Something about trying to recreate that dreaminess on film seems like an exercise in futility. Billy Bob Thornton tries, fails some of the time, and succeeds often enough to make the film worth watching. It will not replace the reading of the book, because the book, by leaving so much unsaid, tells a much fuller and finally more interesting story.

It is 1949. John Grady Cole's (Matt Damon) mother sells their Texas ranch to an oil company, and Cole and his friend Lacey Rawlins (Henry Thomas), in search of a lost time when it was enough to ride on the open range, journey to Mexico, hoping to see the sights and work as ranch hands on one of the sprawling rancheros that still exist south of the border. That was a long sentence. Anyway, they meet up with Jimmy Blevins (Lucas Black), who looks like trouble and turns out to be, riding a horse that's too good for him. He wants to ride with them, and they let him, against Lacey's wishes. Cole is the dreamer, and Lacey is the practical one. Jimmy's horse runs off during a thunderstorm, carrying his clothes and gun. They encounter the horse in a dusty town, Blevins sees his gun in another man's pocket, and they decide to steal the horse back, all against Lacey's wishes. Lacey is the smart one. During the chaos that surrounds the theft, Blevins gets separated, and the other two journey on, ending up on Don Villarael's (Ruben Blades) ranchero.
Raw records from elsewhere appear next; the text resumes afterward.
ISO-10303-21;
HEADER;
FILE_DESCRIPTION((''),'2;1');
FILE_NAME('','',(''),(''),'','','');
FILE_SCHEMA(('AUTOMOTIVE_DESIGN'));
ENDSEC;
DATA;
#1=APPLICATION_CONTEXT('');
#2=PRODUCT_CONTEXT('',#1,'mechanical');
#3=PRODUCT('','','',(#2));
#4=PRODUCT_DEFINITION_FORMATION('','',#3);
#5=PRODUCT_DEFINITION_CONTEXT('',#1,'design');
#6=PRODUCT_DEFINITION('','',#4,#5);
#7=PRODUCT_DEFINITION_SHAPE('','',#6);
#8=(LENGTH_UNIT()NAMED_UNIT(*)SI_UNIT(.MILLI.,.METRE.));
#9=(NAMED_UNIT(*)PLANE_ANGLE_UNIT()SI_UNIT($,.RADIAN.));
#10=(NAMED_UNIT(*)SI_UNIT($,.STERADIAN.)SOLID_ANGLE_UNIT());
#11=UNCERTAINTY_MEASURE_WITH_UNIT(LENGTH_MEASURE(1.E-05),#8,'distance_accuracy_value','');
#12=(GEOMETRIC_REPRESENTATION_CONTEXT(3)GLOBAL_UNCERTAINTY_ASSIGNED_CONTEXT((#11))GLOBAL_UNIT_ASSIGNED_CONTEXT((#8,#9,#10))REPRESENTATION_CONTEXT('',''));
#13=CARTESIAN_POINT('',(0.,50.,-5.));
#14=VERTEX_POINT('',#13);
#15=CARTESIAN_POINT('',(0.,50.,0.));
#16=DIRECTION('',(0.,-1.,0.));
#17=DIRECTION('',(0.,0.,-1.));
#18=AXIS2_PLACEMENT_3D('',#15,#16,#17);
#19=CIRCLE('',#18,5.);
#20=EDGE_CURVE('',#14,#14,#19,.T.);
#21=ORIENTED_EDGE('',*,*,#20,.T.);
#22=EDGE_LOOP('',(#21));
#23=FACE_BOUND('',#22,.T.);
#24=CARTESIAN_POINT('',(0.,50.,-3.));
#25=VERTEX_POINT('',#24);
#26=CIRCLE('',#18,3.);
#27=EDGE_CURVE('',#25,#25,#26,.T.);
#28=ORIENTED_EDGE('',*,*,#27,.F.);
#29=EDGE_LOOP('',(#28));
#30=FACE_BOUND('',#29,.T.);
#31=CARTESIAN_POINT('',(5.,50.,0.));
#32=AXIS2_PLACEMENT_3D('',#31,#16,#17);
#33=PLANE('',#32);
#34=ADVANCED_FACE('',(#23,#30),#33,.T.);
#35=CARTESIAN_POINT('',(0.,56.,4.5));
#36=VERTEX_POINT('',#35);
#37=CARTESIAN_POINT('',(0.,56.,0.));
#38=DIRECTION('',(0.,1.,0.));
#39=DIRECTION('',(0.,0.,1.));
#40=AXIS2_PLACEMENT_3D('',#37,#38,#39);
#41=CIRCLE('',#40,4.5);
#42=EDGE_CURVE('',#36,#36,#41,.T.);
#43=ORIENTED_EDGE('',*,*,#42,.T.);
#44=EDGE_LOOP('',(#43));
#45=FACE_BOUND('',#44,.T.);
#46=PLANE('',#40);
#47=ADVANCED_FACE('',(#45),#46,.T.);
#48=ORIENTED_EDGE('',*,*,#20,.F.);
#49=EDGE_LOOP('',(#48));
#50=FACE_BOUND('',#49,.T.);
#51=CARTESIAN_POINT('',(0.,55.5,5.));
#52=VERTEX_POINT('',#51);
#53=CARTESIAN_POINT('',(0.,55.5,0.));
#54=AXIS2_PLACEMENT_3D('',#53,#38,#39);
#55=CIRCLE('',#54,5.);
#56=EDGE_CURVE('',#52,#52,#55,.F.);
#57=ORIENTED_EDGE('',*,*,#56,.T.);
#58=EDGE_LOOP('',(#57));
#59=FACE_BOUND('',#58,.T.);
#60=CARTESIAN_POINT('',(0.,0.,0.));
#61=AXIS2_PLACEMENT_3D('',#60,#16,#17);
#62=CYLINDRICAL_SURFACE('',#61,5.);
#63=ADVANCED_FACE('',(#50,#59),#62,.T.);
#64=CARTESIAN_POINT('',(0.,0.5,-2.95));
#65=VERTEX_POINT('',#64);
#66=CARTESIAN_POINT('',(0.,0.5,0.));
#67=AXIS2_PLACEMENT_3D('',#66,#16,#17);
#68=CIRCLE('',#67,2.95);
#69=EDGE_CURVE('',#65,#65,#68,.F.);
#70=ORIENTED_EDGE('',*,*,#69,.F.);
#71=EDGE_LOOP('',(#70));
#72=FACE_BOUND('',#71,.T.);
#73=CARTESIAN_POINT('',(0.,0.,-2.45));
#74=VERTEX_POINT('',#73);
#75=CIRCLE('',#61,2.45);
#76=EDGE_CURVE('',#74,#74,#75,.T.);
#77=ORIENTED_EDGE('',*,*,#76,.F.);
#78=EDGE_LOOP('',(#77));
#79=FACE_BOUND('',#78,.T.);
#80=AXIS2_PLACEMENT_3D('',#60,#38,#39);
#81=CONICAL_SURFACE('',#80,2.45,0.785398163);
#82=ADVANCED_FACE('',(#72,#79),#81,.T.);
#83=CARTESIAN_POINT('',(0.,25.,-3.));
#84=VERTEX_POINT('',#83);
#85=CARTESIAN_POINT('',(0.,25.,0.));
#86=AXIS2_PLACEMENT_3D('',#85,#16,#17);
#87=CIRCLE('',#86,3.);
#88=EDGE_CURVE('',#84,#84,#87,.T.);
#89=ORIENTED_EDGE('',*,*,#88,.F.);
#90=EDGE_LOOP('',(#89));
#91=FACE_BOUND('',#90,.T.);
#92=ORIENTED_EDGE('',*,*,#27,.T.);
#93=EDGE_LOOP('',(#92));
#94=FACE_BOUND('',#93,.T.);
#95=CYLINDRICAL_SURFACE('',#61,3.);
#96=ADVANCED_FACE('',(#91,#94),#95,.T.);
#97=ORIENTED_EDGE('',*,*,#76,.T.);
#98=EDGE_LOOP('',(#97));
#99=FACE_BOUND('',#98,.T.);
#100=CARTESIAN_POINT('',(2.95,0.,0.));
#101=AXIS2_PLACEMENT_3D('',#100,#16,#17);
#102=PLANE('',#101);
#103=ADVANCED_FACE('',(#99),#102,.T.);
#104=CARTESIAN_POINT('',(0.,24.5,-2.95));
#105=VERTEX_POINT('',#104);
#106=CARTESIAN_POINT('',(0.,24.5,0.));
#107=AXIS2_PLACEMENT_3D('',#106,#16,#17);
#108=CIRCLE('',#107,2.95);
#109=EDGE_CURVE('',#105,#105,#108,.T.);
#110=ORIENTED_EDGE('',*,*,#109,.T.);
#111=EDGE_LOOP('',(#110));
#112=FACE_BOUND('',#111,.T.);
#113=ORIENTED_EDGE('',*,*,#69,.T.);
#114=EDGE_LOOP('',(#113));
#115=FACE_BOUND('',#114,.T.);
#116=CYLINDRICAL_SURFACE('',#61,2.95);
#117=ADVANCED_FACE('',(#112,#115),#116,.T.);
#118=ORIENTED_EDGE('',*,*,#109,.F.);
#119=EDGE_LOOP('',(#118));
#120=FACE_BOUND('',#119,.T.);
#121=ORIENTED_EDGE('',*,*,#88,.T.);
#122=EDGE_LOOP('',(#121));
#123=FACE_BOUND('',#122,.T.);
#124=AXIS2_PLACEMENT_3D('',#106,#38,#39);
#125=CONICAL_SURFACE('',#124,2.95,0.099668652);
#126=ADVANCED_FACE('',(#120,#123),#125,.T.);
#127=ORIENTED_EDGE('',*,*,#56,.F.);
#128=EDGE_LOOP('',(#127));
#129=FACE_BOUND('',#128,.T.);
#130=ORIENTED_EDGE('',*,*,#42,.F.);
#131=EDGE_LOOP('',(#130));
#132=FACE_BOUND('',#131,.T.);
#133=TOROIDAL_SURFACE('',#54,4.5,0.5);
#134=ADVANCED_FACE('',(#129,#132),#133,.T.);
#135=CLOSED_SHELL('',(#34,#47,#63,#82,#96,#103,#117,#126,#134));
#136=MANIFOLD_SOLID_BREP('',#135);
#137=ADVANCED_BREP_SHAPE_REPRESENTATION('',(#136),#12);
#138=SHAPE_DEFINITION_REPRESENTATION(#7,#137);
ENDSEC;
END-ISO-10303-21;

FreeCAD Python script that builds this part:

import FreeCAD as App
import Part
import Sketcher
from FreeCAD import Vector
Q = App.Units.Quantity


def edges_at(feature, points):
    """Names of the edges that pass closest to the given points."""
    edges = feature.Shape.Edges
    near = lambda p: min(range(len(edges)), key=lambda i: edges[i].distToShape(Part.Vertex(*p))[0])
    return sorted({f"Edge{near(p) + 1}" for p in points})

doc = App.newDocument("Part")
body = doc.addObject("PartDesign::Body", "Body")

# Sketch on XY plane
sketch1 = doc.addObject("Sketcher::SketchObject", "Sketch")
body.addObject(sketch1)
sketch1.AttachmentSupport = (doc.XY_Plane, [""])
sketch1.MapMode = "FlatFace"
sketch1.addGeometry(Part.LineSegment(Vector(5, 56, 0), Vector(0, 56, 0)), False)
sketch1.addGeometry(Part.LineSegment(Vector(0, 56, 0), Vector(0, 0, 0)), False)
sketch1.addGeometry(Part.LineSegment(Vector(0, 0, 0), Vector(3, 0, 0)), False)
sketch1.addGeometry(Part.LineSegment(Vector(3, 0, 0), Vector(3, 24.5, 0)), False)
sketch1.addGeometry(Part.LineSegment(Vector(3, 24.5, 0), Vector(3, 25, 0)), False)
sketch1.addGeometry(Part.LineSegment(Vector(3, 25, 0), Vector(3, 50, 0)), False)
sketch1.addGeometry(Part.LineSegment(Vector(3, 50, 0), Vector(5, 50, 0)), False)
sketch1.addGeometry(Part.LineSegment(Vector(5, 50, 0), Vector(5, 56, 0)), False)
sketch1.addConstraint(Sketcher.Constraint("Coincident", 0, 2, 1, 1))
sketch1.addConstraint(Sketcher.Constraint("Coincident", 1, 2, 2, 1))
sketch1.addConstraint(Sketcher.Constraint("Coincident", 2, 2, 3, 1))
sketch1.addConstraint(Sketcher.Constraint("Coincident", 3, 2, 4, 1))
sketch1.addConstraint(Sketcher.Constraint("Coincident", 4, 2, 5, 1))
sketch1.addConstraint(Sketcher.Constraint("Coincident", 5, 2, 6, 1))
sketch1.addConstraint(Sketcher.Constraint("Coincident", 6, 2, 7, 1))
sketch1.addConstraint(Sketcher.Constraint("Coincident", 7, 2, 0, 1))
sketch1.addConstraint(Sketcher.Constraint("Horizontal", 0))
sketch1.addConstraint(Sketcher.Constraint("Vertical", 1))
sketch1.addConstraint(Sketcher.Constraint("Horizontal", 2))
sketch1.addConstraint(Sketcher.Constraint("Vertical", 3))
sketch1.addConstraint(Sketcher.Constraint("Vertical", 5))
sketch1.addConstraint(Sketcher.Constraint("Horizontal", 6))
sketch1.addConstraint(Sketcher.Constraint("Vertical", 7))
sketch1.addConstraint(Sketcher.Constraint("Coincident", 1, 2, -1, 1))
sketch1.addConstraint(Sketcher.Constraint("DistanceX", 0, 2, 0, 1, Q("5 mm")))
sketch1.addConstraint(Sketcher.Constraint("DistanceX", 6, 1, 6, 2, Q("2 mm")))
sketch1.addConstraint(Sketcher.Constraint("DistanceY", 1, 2, 1, 1, Q("56 mm")))
sketch1.addConstraint(Sketcher.Constraint("DistanceY", 5, 1, 5, 2, Q("25 mm")))
sketch1.addConstraint(Sketcher.Constraint("DistanceY", 7, 1, 7, 2, Q("6 mm")))
sketch1.addConstraint(Sketcher.Constraint("DistanceY", 3, 1, 3, 2, Q("24.5 mm")))
sketch1.addConstraint(Sketcher.Constraint("DistanceX", 2, 1, 2, 2, Q("2.95 mm")))
revolution = doc.addObject("PartDesign::Revolution", "Revolution")
body.addObject(revolution)
revolution.Profile = sketch1
revolution.ReferenceAxis = (sketch1, ["V_Axis"])
revolution.Angle = 360
doc.recompute()

chamfer = doc.addObject("PartDesign::Chamfer", "Chamfer")
body.addObject(chamfer)
chamfer.Base = (revolution, edges_at(revolution, [(0, 0, 2.95)]))
chamfer.Size = 0.5
doc.recompute()

fillet = doc.addObject("PartDesign::Fillet", "Fillet")
body.addObject(fillet)
fillet.Base = (chamfer, edges_at(chamfer, [(0, 56, 5)]))
fillet.Radius = 0.5

doc.recompute()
They get jobs breaking horses, and Cole meets Alejandra (Penelope Cruz), the beautiful daughter of Villarael and the one person Cole is supposed to stay away from. Because they're young and naive, they fall in love. This causes a great deal of trouble, and the pair end up in prison as the accomplices of Jimmy Blevins, murderer.

The camaraderie that exists between Lacey and Cole is real. It's the high point of the film, really the main reason to watch it. Much of the acting is good, especially Blades and Damon, but Penelope Cruz continues to puzzle me: why is she a movie star? Thornton's direction is too hesitant at times, and he sometimes fumbles the transitions between scenes.